# Damped Harmonic Motion

## Homework Statement

Hi all,

A hard boiled egg, with a mass m=51g, moves on the end of a spring, with force constant k=26N/m. It's initial displacement is 0.300m. A damping force F$$^{}x$$=-bv$$^{}x$$ acts on the egg and the amplitude of the motion decreases to 0.106m in a time of 5.45s.

Calculate the magnitude of the damping constant b.

## Homework Equations

(1) $$\omega$$'=$$\sqrt{k/m-(b/2m)^2}$$ where $$\omega$$' is the damped angular frequency

(2) x(t)=Ae^(-bt/2m)cos($$\omega$$'t) where x(t)=displacement, A=amplitude, t=time, e=natural exponential, w'=as above.

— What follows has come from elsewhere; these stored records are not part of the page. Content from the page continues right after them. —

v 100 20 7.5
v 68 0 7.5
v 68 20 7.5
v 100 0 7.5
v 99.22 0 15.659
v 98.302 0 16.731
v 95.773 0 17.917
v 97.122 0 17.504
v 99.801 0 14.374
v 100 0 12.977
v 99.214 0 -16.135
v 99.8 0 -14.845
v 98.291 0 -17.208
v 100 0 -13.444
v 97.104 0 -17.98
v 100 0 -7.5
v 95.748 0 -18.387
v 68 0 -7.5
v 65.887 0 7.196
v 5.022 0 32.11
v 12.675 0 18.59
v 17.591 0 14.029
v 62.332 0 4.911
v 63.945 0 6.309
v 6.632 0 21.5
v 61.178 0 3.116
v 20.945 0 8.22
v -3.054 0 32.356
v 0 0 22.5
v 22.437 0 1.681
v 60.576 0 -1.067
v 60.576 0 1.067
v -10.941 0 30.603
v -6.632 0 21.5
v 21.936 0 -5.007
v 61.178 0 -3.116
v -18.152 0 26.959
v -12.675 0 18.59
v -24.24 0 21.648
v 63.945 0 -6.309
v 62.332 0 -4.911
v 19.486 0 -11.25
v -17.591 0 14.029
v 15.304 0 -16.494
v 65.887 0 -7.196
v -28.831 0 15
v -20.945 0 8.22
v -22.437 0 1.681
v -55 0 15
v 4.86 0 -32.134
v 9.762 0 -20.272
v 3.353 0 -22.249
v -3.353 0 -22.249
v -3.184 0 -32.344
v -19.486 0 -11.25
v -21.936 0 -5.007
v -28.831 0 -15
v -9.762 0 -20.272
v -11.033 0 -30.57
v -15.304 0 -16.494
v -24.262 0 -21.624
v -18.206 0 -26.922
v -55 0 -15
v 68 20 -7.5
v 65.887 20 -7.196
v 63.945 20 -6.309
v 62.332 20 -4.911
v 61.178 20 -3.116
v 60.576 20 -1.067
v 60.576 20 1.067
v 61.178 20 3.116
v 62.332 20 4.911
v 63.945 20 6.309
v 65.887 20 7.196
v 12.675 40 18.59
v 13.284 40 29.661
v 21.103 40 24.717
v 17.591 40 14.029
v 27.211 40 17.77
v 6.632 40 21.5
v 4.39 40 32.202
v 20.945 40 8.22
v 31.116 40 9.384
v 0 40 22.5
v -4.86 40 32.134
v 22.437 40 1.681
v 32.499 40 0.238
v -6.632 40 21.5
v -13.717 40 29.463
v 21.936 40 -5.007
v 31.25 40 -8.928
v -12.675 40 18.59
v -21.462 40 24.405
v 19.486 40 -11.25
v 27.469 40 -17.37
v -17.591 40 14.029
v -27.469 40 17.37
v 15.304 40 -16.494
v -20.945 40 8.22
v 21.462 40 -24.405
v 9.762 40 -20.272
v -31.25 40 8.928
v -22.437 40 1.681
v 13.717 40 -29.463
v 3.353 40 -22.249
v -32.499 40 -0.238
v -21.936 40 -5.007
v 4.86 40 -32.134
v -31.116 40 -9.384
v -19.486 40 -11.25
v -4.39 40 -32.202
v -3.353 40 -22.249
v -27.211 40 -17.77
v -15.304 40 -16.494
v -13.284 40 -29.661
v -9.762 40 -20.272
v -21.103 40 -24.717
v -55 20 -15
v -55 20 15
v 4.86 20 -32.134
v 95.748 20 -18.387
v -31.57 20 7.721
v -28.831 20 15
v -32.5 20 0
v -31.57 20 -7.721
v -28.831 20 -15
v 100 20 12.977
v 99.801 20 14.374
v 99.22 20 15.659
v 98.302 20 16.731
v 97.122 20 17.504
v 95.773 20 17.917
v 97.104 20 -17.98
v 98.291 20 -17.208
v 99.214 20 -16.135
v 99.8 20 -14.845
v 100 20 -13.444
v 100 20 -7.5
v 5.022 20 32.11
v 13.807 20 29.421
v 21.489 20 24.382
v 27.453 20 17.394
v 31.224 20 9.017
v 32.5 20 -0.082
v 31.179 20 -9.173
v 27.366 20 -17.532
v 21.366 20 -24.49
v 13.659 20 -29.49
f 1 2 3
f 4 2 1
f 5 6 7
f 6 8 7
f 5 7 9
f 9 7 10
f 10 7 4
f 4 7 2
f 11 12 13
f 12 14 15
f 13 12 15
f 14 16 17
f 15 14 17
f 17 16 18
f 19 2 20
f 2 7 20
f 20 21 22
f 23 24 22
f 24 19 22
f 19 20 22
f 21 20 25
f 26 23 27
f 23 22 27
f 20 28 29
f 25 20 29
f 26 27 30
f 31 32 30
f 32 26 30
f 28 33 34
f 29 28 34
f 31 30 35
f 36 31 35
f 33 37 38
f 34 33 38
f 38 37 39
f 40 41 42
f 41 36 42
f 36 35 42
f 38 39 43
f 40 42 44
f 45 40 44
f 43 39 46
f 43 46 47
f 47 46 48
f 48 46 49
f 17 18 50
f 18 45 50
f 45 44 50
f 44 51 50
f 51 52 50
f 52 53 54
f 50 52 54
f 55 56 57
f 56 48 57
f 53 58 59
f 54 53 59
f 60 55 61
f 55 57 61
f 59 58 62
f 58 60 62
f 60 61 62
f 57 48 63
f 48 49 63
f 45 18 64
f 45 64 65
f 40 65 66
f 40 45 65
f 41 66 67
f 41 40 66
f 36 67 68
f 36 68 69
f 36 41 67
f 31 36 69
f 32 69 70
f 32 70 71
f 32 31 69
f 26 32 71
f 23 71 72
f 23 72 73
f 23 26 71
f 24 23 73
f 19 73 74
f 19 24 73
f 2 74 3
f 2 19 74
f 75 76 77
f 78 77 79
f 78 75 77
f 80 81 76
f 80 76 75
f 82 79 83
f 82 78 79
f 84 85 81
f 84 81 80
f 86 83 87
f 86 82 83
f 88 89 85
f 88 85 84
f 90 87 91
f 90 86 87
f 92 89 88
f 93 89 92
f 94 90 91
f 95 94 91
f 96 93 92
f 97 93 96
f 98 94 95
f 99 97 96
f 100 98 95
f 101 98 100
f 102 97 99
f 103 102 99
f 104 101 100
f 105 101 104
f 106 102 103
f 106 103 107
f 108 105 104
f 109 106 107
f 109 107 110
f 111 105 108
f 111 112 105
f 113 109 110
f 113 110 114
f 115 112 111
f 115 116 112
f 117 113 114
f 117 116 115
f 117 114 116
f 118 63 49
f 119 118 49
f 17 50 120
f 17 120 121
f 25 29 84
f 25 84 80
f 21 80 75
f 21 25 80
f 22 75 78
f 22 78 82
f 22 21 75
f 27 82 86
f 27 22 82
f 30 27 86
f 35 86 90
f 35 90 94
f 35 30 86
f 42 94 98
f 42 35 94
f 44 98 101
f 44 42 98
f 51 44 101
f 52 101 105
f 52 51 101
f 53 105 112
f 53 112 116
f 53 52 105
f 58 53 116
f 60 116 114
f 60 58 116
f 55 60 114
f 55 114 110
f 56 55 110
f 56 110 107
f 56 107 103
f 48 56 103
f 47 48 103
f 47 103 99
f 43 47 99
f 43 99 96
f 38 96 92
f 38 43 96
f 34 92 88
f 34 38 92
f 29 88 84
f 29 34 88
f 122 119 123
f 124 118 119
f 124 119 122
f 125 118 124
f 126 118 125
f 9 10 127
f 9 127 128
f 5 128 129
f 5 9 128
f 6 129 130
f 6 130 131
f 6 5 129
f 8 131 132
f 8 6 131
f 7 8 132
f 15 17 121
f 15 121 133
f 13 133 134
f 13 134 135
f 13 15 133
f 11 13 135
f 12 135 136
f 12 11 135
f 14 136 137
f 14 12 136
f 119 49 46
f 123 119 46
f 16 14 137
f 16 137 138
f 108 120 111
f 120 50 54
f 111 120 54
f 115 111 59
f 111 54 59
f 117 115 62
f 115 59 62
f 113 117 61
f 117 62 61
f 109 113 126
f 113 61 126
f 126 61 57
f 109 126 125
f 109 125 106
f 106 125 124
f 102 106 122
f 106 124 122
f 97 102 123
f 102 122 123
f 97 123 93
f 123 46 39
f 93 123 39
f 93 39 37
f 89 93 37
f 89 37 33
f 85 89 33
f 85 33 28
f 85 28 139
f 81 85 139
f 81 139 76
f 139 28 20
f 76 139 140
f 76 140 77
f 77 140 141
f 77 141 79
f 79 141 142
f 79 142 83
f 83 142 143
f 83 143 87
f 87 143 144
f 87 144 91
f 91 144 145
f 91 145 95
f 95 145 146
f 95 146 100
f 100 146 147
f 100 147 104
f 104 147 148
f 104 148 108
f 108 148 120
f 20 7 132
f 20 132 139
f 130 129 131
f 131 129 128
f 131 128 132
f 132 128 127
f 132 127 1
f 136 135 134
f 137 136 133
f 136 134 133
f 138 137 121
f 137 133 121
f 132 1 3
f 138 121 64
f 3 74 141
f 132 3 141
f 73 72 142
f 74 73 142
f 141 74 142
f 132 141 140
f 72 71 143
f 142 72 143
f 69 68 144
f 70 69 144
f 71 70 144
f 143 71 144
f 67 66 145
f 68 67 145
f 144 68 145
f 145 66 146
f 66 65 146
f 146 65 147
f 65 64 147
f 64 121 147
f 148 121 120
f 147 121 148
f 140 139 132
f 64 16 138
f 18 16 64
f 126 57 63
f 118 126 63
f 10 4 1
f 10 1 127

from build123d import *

# Parameters (mm, degrees)
DODANIE_WYCI_GNI_CIE1_DEPTH = 20
SZKIC1_R                    = 32.5
SZKIC1_R_2                  = 22.5
DODANIE_WYCI_GNI_CIE2_DEPTH = 40
DODANIE_WYCI_GNI_CIE3_DEPTH = 20


with BuildPart() as part:
    # Szkic3 → Dodanie-wyciągnięcie1 (new body)
    with BuildSketch(Plane(origin=(0, 0, 0), x_dir=(1, 0, 0), z_dir=(0, 1, 0))):
        with BuildLine():
            Line((4.860466255, 32.134496539), (95.747764039, 18.387443016))
            ThreePointArc((95.747764039, 18.387443016), (98.790700476, 16.704132859), (100, 13.443674318))
            Line((100, 13.443674318), (100, 7.5))
            Line((100, 7.5), (68, 7.5))
            ThreePointArc((68, 7.5), (60.5, 0), (68, -7.5))
            Line((68, -7.5), (100, -7.5))
            Line((100, -7.5), (100, -12.976912833))
            ThreePointArc((100, -12.976912833), (98.79887335, -16.227845203), (95.772575492, -17.91686497))
            Line((95.772575492, -17.91686497), (5.021740697, -32.109688886))
            ThreePointArc((5.021740697, -32.109688886), (32.499897597, 0.081585638), (4.860466255, 32.134496539))
        make_face()
    extrude(amount=DODANIE_WYCI_GNI_CIE1_DEPTH)

    # Szkic1 → Dodanie-wyciągnięcie2 (add)
    with BuildSketch(Plane(origin=(0, 0, 0), x_dir=(1, 0, 0), z_dir=(0, 1, 0))):
        with Locations(Location((0, 0, 0), (0, 0, 81.398987984))):
            Circle(SZKIC1_R)
        with Locations(Location((0, 0, 0), (0, 0, 270))):
            Circle(SZKIC1_R_2, mode=Mode.SUBTRACT)
    extrude(amount=DODANIE_WYCI_GNI_CIE2_DEPTH)

    # Szkic2 → Dodanie-wyciągnięcie3 (add)
    with BuildSketch(Plane(origin=(0, 0, 0), x_dir=(1, 0, 0), z_dir=(0, 1, 0))):
        with BuildLine():
            Line((-28.831406487, 15), (-55, 15))
            Line((-55, 15), (-55, -15))
            Line((-55, -15), (-28.831406487, -15))
            ThreePointArc((-28.831406487, -15), (-32.5, 0), (-28.831406487, 15))
        make_face()
    extrude(amount=DODANIE_WYCI_GNI_CIE3_DEPTH)


solid = part.part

## The Attempt at a Solution

I cannot see how you can calculate the damping constant from the data given. Equation (1) above has two unknowns w' and b, while equation (2) has three x(t), b and w'.

I tried to rearrange equation (2) to get w' as the subject, but found I was unable to separate the variables. I also attempted setting w' as equal to $$\sqrt{k/m}$$, but this gave the wrong answer too. I'm really just stabbing in the dark, so some help to understand how to go about it is what I need.

I must be missing something obvious and fundamental, for instance is there another way you can calculate $$\omega$$' from the given data?

Please help!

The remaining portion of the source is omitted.